Nevertheless I'll elaborate some more on my concerns about the code organization here as well. I've left a review about various parts below. They're all tractable to fix in my opinion without too too much refactoring, but this is along the lines of what I was trying to avoid by having a third system of a sort to track pushes/pops/etc to keep in sync with everything else.
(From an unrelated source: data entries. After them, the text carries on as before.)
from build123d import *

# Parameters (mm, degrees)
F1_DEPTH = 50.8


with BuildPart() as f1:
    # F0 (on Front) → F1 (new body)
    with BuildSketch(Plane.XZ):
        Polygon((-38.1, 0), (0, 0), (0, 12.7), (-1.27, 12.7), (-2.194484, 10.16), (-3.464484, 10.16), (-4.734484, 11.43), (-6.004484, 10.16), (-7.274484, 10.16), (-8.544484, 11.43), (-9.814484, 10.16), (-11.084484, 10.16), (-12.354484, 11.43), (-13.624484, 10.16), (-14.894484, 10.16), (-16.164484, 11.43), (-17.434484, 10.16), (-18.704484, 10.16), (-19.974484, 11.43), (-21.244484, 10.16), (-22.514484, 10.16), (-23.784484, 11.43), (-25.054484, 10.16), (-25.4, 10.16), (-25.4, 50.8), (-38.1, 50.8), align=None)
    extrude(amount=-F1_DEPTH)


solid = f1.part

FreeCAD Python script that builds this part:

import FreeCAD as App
import Part
import Sketcher
Q = App.Units.Quantity


def add_polygon(sketch, points):
    """Adds a closed chain of lines whose ends are joined by coincident constraints."""
    first, n = sketch.GeometryCount, len(points)
    for a, b in zip(points, points[1:] + points[:1]):
        sketch.addGeometry(Part.LineSegment(App.Vector(*a, 0), App.Vector(*b, 0)), False)
    for i in range(n):
        sketch.addConstraint(Sketcher.Constraint("Coincident", first + i, 2, first + (i + 1) % n, 1))

doc = App.newDocument("Part")
body = doc.addObject("PartDesign::Body", "Body")

# Sketch on XZ plane
sketch1 = body.newObject("Sketcher::SketchObject", "Sketch")
sketch1.AttachmentSupport = (doc.getObject("XZ_Plane"), [""])
sketch1.MapMode = "FlatFace"
add_polygon(sketch1, [(-38.1, 0), (0, 0), (0, 12.7), (-1.27, 12.7), (-2.19, 10.16), (-3.46, 10.16), (-4.73, 11.43), (-6, 10.16), (-7.27, 10.16), (-8.54, 11.43), (-9.81, 10.16), (-11.08, 10.16), (-12.35, 11.43), (-13.62, 10.16), (-14.89, 10.16), (-16.16, 11.43), (-17.43, 10.16), (-18.7, 10.16), (-19.97, 11.43), (-21.24, 10.16), (-22.51, 10.16), (-23.78, 11.43), (-25.05, 10.16), (-25.4, 10.16), (-25.4, 50.8), (-38.1, 50.8)])  # lines 0-25
sketch1.addConstraint([
    Sketcher.Constraint("Horizontal", 0),
    Sketcher.Constraint("Vertical", 1),
    Sketcher.Constraint("Horizontal", 2),
    Sketcher.Constraint("Horizontal", 4),
    Sketcher.Constraint("Horizontal", 7),
    Sketcher.Constraint("Horizontal", 10),
    Sketcher.Constraint("Horizontal", 13),
    Sketcher.Constraint("Horizontal", 16),
    Sketcher.Constraint("Horizontal", 19),
    Sketcher.Constraint("Horizontal", 22),
    Sketcher.Constraint("Vertical", 23),
    Sketcher.Constraint("Horizontal", 24),
    Sketcher.Constraint("Vertical", 25),
    Sketcher.Constraint("Coincident", 0, 2, -1, 1),
    Sketcher.Constraint("Perpendicular", 5, 6),
    Sketcher.Constraint("Perpendicular", 6, 8),
    Sketcher.Constraint("Perpendicular", 8, 9),
    Sketcher.Constraint("Perpendicular", 9, 11),
    Sketcher.Constraint("Perpendicular", 11, 12),
    Sketcher.Constraint("Perpendicular", 12, 14),
    Sketcher.Constraint("Perpendicular", 14, 15),
    Sketcher.Constraint("Perpendicular", 15, 17),
    Sketcher.Constraint("Perpendicular", 17, 18),
    Sketcher.Constraint("Perpendicular", 18, 20),
    Sketcher.Constraint("Perpendicular", 20, 21),
    Sketcher.Constraint("Horizontal", 4, 2, 6, 2),
    Sketcher.Constraint("Horizontal", 5, 2, 8, 2),
    Sketcher.Constraint("Horizontal", 7, 2, 9, 2),
    Sketcher.Constraint("Horizontal", 8, 2, 11, 2),
    Sketcher.Constraint("Horizontal", 10, 2, 12, 2),
    Sketcher.Constraint("Horizontal", 11, 2, 14, 2),
    Sketcher.Constraint("Horizontal", 13, 2, 15, 2),
    Sketcher.Constraint("Horizontal", 14, 2, 17, 2),
    Sketcher.Constraint("Horizontal", 16, 2, 18, 2),
    Sketcher.Constraint("Horizontal", 17, 2, 20, 2),
    Sketcher.Constraint("Horizontal", 19, 2, 21, 2),
    Sketcher.Constraint("Equal", 2, 4),
    Sketcher.Constraint("Equal", 4, 7),
    Sketcher.Constraint("Equal", 7, 10),
    Sketcher.Constraint("Equal", 10, 13),
    Sketcher.Constraint("Equal", 13, 16),
    Sketcher.Constraint("Equal", 16, 19),
    Sketcher.Constraint("Equal", 24, 1),
    Sketcher.Constraint("Equal", 5, 6),
    Sketcher.Constraint("DistanceY", 25, 2, 25, 1, Q("2 in")),
    Sketcher.Constraint("DistanceX", 0, 1, 0, 2, Q("1.5 in")),
    Sketcher.Constraint("DistanceX", 24, 2, 24, 1, Q("0.5 in")),
    Sketcher.Constraint("DistanceY", 23, 1, 23, 2, Q("1.6 in")),
    Sketcher.Constraint("Angle", 3, Q("-109.999992 deg")),
    Sketcher.Constraint("DistanceX", 2, 2, 2, 1, Q("0.05 in")),
    Sketcher.Constraint("DistanceX", 5, 2, 3, 2, Q("0.1 in")),
])
pad1 = body.newObject("PartDesign::Pad", "Pad")
pad1.Profile = sketch1
pad1.Length = Q("2 in")
pad1.Reversed = True

doc.recompute()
Got it, and thank you. I appreciate the review and let me take a look at everything.

[alexcrichton]

Another possible idea to avoid transactions: instead of cloning at all in theory wasm validation is pretty fast so if you're willing to pay a 2x penalty then the implementation could validate once, keeping a count of how many operators were valid, and then upon seeing an invaild operator it could validate again, but only all the valid operators. That's sort of a "poor man's rewind" where it technically doesn't even need Clone (although you could use that and take snapshots every so often too).

Speed-wise validating twice in theory shouldn't be too bad (nowhere near quadratic) and it should in theory be a simple enough thing to maintain both externally (count ops + maybe validate twice) and internally (at most #[derive(Clone)] in a few places)

[keithw]

Another possible idea to avoid transactions: instead of cloning at all in theory wasm validation is pretty fast so if you're willing to pay a 2x penalty then the implementation could validate once, keeping a count of how many operators were valid, and then upon seeing an invaild operator it could validate again, but only all the valid operators.
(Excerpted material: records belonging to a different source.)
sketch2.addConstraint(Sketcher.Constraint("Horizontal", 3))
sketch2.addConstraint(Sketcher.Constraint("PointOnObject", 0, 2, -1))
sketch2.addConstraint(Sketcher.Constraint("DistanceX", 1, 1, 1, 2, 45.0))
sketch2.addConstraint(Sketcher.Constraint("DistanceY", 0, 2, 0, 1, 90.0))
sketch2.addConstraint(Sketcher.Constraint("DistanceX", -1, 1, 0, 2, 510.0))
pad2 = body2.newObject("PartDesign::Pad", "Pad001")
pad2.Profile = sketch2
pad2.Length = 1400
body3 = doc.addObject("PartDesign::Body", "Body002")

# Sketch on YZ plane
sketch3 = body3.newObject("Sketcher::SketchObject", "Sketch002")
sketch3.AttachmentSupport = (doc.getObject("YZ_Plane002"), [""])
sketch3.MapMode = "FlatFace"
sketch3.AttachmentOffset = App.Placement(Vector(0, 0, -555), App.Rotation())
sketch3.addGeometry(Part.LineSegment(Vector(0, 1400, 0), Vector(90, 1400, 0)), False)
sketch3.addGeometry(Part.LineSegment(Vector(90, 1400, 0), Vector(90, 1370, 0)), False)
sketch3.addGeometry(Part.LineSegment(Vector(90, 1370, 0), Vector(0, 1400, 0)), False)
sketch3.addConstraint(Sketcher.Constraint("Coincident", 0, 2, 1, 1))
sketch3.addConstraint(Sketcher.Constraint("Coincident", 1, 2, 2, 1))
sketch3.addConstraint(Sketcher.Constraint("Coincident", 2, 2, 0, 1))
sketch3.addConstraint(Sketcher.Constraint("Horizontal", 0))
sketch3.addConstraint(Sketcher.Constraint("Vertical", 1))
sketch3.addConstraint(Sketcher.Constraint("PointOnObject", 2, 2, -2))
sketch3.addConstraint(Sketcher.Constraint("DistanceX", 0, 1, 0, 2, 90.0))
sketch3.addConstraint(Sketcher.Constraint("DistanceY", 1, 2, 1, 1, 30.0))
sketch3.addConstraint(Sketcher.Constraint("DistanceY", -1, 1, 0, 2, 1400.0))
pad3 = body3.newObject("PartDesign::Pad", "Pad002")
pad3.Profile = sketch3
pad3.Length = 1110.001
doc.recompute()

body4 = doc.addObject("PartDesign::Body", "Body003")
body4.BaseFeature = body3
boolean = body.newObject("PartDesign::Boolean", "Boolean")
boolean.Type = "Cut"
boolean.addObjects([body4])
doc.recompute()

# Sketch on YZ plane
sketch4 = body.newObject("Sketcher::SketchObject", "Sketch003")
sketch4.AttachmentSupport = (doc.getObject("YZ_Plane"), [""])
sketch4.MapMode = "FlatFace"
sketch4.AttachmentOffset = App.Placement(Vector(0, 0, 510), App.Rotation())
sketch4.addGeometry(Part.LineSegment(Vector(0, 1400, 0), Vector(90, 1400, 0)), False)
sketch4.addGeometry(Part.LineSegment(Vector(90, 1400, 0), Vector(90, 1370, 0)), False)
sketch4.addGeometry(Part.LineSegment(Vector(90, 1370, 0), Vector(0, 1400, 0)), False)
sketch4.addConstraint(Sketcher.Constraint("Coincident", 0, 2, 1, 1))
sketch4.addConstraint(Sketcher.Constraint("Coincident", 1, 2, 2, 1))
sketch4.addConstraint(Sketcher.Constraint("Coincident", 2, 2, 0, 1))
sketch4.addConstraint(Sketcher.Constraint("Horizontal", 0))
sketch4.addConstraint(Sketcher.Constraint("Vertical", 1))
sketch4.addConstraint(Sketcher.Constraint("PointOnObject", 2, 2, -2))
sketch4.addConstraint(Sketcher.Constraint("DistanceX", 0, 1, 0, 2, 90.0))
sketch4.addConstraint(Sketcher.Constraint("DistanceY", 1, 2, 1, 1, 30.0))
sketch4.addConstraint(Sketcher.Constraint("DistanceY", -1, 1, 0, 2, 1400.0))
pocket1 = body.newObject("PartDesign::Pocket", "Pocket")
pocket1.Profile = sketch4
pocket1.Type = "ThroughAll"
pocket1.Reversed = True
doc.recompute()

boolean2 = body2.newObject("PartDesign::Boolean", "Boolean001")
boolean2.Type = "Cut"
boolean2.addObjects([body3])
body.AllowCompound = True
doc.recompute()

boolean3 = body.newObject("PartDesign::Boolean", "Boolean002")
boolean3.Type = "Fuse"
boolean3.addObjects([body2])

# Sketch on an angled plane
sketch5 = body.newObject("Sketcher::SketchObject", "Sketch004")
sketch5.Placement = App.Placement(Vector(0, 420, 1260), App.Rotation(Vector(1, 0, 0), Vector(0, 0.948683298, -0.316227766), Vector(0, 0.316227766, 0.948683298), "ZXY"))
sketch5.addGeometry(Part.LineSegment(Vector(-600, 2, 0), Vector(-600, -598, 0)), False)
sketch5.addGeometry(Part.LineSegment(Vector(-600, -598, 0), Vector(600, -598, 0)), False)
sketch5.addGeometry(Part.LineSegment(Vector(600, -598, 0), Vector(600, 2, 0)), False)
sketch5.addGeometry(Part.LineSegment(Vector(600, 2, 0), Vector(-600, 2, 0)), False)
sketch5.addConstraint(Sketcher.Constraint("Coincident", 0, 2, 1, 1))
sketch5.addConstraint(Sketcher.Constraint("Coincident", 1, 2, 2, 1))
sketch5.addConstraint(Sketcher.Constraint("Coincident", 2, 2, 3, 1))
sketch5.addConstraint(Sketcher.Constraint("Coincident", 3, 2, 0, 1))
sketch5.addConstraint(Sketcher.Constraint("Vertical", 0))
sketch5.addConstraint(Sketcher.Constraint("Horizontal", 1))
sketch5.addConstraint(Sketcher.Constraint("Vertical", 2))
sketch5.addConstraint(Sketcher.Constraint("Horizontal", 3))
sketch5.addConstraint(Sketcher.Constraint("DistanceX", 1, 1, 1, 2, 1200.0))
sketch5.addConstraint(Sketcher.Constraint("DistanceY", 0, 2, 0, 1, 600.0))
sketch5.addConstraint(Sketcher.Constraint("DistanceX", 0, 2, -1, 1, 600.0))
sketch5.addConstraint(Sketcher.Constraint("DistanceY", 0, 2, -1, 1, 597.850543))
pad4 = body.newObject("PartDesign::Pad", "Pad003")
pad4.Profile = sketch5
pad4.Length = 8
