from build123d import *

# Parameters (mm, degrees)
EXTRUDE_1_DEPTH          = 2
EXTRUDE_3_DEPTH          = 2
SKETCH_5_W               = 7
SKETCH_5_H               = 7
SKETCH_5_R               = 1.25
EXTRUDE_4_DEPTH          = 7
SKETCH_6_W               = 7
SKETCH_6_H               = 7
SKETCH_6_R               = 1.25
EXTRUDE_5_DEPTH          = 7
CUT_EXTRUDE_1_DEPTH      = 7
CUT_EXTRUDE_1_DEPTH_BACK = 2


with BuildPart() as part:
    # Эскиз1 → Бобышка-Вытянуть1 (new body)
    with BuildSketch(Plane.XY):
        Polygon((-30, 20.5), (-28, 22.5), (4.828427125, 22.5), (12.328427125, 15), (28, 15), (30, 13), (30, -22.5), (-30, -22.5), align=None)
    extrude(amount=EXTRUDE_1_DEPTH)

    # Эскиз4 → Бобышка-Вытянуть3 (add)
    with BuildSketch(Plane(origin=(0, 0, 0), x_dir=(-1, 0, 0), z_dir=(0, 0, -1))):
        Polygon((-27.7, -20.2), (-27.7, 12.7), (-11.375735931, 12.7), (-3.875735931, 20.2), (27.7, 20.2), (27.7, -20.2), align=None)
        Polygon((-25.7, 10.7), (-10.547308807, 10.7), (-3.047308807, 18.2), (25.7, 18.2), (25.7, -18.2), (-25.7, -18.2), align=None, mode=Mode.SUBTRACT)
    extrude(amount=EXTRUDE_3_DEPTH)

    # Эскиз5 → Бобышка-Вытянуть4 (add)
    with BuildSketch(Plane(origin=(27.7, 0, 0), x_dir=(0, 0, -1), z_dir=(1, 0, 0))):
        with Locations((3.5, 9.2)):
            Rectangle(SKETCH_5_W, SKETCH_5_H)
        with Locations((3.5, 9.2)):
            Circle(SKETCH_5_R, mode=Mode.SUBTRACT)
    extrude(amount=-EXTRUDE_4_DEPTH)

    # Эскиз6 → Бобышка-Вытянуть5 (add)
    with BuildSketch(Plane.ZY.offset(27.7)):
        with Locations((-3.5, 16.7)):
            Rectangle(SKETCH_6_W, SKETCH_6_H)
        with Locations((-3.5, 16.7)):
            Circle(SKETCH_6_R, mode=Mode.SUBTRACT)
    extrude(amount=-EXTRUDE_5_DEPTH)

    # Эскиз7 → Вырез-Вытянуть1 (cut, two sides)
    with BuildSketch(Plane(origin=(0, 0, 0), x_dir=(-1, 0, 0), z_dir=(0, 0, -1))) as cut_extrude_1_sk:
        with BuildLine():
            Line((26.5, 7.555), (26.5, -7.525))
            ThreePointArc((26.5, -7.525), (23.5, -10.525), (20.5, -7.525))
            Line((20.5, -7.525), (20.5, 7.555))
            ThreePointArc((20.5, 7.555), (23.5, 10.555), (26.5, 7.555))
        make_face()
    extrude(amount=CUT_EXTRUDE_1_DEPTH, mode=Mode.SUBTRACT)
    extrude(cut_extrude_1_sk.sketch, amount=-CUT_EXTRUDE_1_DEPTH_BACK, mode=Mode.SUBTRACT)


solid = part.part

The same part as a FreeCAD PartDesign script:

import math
import FreeCAD as App
import Part
import Sketcher
Q = App.Units.Quantity

doc = App.newDocument("Part")
params = doc.addObject("Spreadsheet::Sheet", "Params")
for row, (alias, value) in enumerate([
    ("sketch1_width", "60 mm"),
    ("sketch1_height", "43 mm"),
    ("sketch1_height2", "35.5 mm"),
    ("pad1_length", "2 mm"),
    ("sketch2_width", "55.4 mm"),
    ("sketch2_width2", "51.4 mm"),
    ("sketch2_height", "32.9 mm"),
    ("sketch2_height2", "40.4 mm"),
    ("sketch2_height3", "36.4 mm"),
    ("pad2_length", "2 mm"),
    ("sketch3_diameter", "2.5 mm"),
    ("sketch3_width", "7 mm"),
    ("pad3_length", "7 mm"),
    ("sketch4_diameter", "2.5 mm"),
    ("sketch4_width", "7 mm"),
    ("pad4_length", "7 mm"),
    ("sketch5_radius", "3 mm"),
    ("sketch5_height", "15.08 mm"),
], start=1):
    params.set(f"A{row}", alias)
    params.set(f"B{row}", "=" + value)
    params.setAlias(f"B{row}", alias)

body = doc.addObject("PartDesign::Body", "Body")

sketch1 = doc.addObject("Sketcher::SketchObject", "Sketch")
body.addObject(sketch1)
sketch1.AttachmentSupport = (doc.XY_Plane, [""])
sketch1.MapMode = "FlatFace"
sketch1.addGeometry([
    Part.LineSegment(App.Vector(-28, 22.5, 0), App.Vector(-30, 20.5, 0)),
    Part.LineSegment(App.Vector(-30, 20.5, 0), App.Vector(-30, -22.5, 0)),
    Part.LineSegment(App.Vector(-30, -22.5, 0), App.Vector(30, -22.5, 0)),
    Part.LineSegment(App.Vector(30, -22.5, 0), App.Vector(30, 13, 0)),
    Part.LineSegment(App.Vector(30, 13, 0), App.Vector(28, 15, 0)),
    Part.LineSegment(App.Vector(28, 15, 0), App.Vector(12.328427, 15, 0)),
    Part.LineSegment(App.Vector(12.328427, 15, 0), App.Vector(4.828427, 22.5, 0)),
    Part.LineSegment(App.Vector(4.828427, 22.5, 0), App.Vector(-28, 22.5, 0)),
], False)
sketch1.addConstraint([
    Sketcher.Constraint("Coincident", 0, 2, 1, 1),
    Sketcher.Constraint("Coincident", 1, 2, 2, 1),
    Sketcher.Constraint("Coincident", 2, 2, 3, 1),
    Sketcher.Constraint("Coincident", 3, 2, 4, 1),
    Sketcher.Constraint("Coincident", 4, 2, 5, 1),
    Sketcher.Constraint("Coincident", 5, 2, 6, 1),
    Sketcher.Constraint("Coincident", 6, 2, 7, 1),
    Sketcher.Constraint("Coincident", 7, 2, 0, 1),
    Sketcher.Constraint("Vertical", 1),
    Sketcher.Constraint("Horizontal", 2),
    Sketcher.Constraint("Vertical", 3),
    Sketcher.Constraint("Horizontal", 5),
    Sketcher.Constraint("Horizontal", 7),
    Sketcher.Constraint("Perpendicular", 0, 4),
    Sketcher.Constraint("Parallel", 4, 6),
    Sketcher.Constraint("Equal", 0, 4),
    Sketcher.Constraint("DistanceX", 2, 1, 2, 2, Q("60 mm")),
    Sketcher.Constraint("DistanceY", 1, 2, 1, 1, Q("43 mm")),
    Sketcher.Constraint("Angle", 0, Q("-135 deg")),
    Sketcher.Constraint("DistanceY", 3, 1, 3, 2, Q("35.5 mm")),
    Sketcher.Constraint("DistanceX", 0, 2, -1, 1, Q("30 mm")),
    Sketcher.Constraint("DistanceY", -1, 1, 3, 2, Q("13 mm")),
    Sketcher.Constraint("DistanceX", -1, 1, 4, 2, Q("28 mm")),
    Sketcher.Constraint("DistanceX", 5, 2, 5, 1, Q("15.671573 mm")),
])
sketch1.setExpression("Constraints[16]", "Params.sketch1_width")
sketch1.setExpression("Constraints[17]", "Params.sketch1_height")
sketch1.setExpression("Constraints[19]", "Params.sketch1_height2")
pad1 = doc.addObject("PartDesign::Pad", "Pad")
body.addObject(pad1)
pad1.Profile = sketch1
pad1.setExpression("Length", "Params.pad1_length")

sketch2 = doc.addObject("Sketcher::SketchObject", "Sketch001")
body.addObject(sketch2)
sketch2.AttachmentSupport = (doc.XY_Plane, [""])
sketch2.MapMode = "FlatFace"
sketch2.addGeometry([
    Part.LineSegment(App.Vector(27.7, 12.7, 0), App.Vector(27.7, -20.2, 0)),
    Part.LineSegment(App.Vector(27.7, -20.2, 0), App.Vector(-27.7, -20.2, 0)),
    Part.LineSegment(App.Vector(-27.7, -20.2, 0), App.Vector(-27.7, 20.2, 0)),
    Part.LineSegment(App.Vector(-27.7, 20.2, 0), App.Vector(3.875736, 20.2, 0)),
    Part.LineSegment(App.Vector(3.875736, 20.2, 0), App.Vector(11.375736, 12.7, 0)),
    Part.LineSegment(App.Vector(11.375736, 12.7, 0), App.Vector(27.7, 12.7, 0)),
    Part.LineSegment(App.Vector(25.7, 10.7, 0), App.Vector(10.547309, 10.7, 0)),
    Part.LineSegment(App.Vector(10.547309, 10.7, 0), App.Vector(3.047309, 18.2, 0)),
    Part.LineSegment(App.Vector(3.047309, 18.2, 0), App.Vector(-25.7, 18.2, 0)),
    Part.LineSegment(App.Vector(-25.7, 18.2, 0), App.Vector(-25.7, -18.2, 0)),
    Part.LineSegment(App.Vector(-25.7, -18.2, 0), App.Vector(25.7, -18.2, 0)),
    Part.LineSegment(App.Vector(25.7, -18.2, 0), App.Vector(25.7, 10.7, 0)),
], False)
sketch2.addConstraint([
    Sketcher.Constraint("Coincident", 0, 2, 1, 1),
    Sketcher.Constraint("Coincident", 1, 2, 2, 1),
    Sketcher.Constraint("Coincident", 2, 2, 3, 1),
    Sketcher.Constraint("Coincident", 3, 2, 4, 1),
    Sketcher.Constraint("Coincident", 4, 2, 5, 1),
    Sketcher.Constraint("Coincident", 5, 2, 0, 1),
    Sketcher.Constraint("Coincident", 6, 2, 7, 1),
    Sketcher.Constraint("Coincident", 7, 2, 8, 1),
    Sketcher.Constraint("Coincident", 8, 2, 9, 1),
    Sketcher.Constraint("Coincident", 9, 2, 10, 1),
    Sketcher.Constraint("Coincident", 10, 2, 11, 1),
    Sketcher.Constraint("Coincident", 11, 2, 6, 1),
    Sketcher.Constraint("Vertical", 0),
    Sketcher.Constraint("Horizontal", 1),
    Sketcher.Constraint("Vertical", 2),
    Sketcher.Constraint("Horizontal", 3),
    Sketcher.Constraint("Horizontal", 5),
    Sketcher.Constraint("Horizontal", 6),
    Sketcher.Constraint("Horizontal", 8),
    Sketcher.Constraint("Vertical", 9),
    Sketcher.Constraint("Horizontal", 10),
    Sketcher.Constraint("Vertical", 11),
    Sketcher.Constraint("Symmetric", 0, 2, 2, 2, -1, 1),
    Sketcher.Constraint("Symmetric", 8, 2, 10, 2, -1, 1),
    Sketcher.Constraint("Parallel", 4, 7),
    Sketcher.Constraint("Equal", 4, 7),
    Sketcher.Constraint("Angle", 4, Q("-45 deg")),
    Sketcher.Constraint("DistanceX", 1, 2, 1, 1, Q("55.4 mm")),
    Sketcher.Constraint("DistanceX", 10, 1, 10, 2, Q("51.4 mm")),
    Sketcher.Constraint("DistanceY", 0, 2, 0, 1, Q("32.9 mm")),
No disagreement that this would be a lot simpler -- I definitely wanted to do something like this before ending up with the try_op approach, and I respect that this is adding complexity to support one unusual use case. I think the main reason this would be problematic for us is that we don't want to quit and restart after the first invalidity, because we're using this to compute (and visually display) the type of each operator. E.g. if the user writes:

(func
  i32.add
  f32.add
)

... we're using try_op to figure out that the i32.add operator has type i32 i32 → i32 and the f32.add operator has type f32 f32 → f32. And then it draws a little visual dataflow showing the flow of the operands and letting the user see why things are invalid. We do this by parsing the validator errors and prepending the necessary drop and x.const / ref.null operators until that operator validates (and we can see the types popped from and pushed to the operand stack), then moving on to the next operator. I think it would be unfortunate if we had to restart validation from the beginning of the function every time there is a missing/mismatched param.

[alexcrichton]

Ok that sounds reasonable enough yeah. Although If you're interested I think it would also be quite reasonable to provide more structured information from errors rather than forcing you to parse error strings. The error type in wasmparser is pretty under-developed but would be quite reasonable to add more variants/kinds to which are exposed through non-string types in Rust.

The current organization as-is I feel pretty good about as well, so with the custom-#[cfg] idea above I'll flag this for merge.

Thanks again for your work here, and thanks for being up for talking through your use case!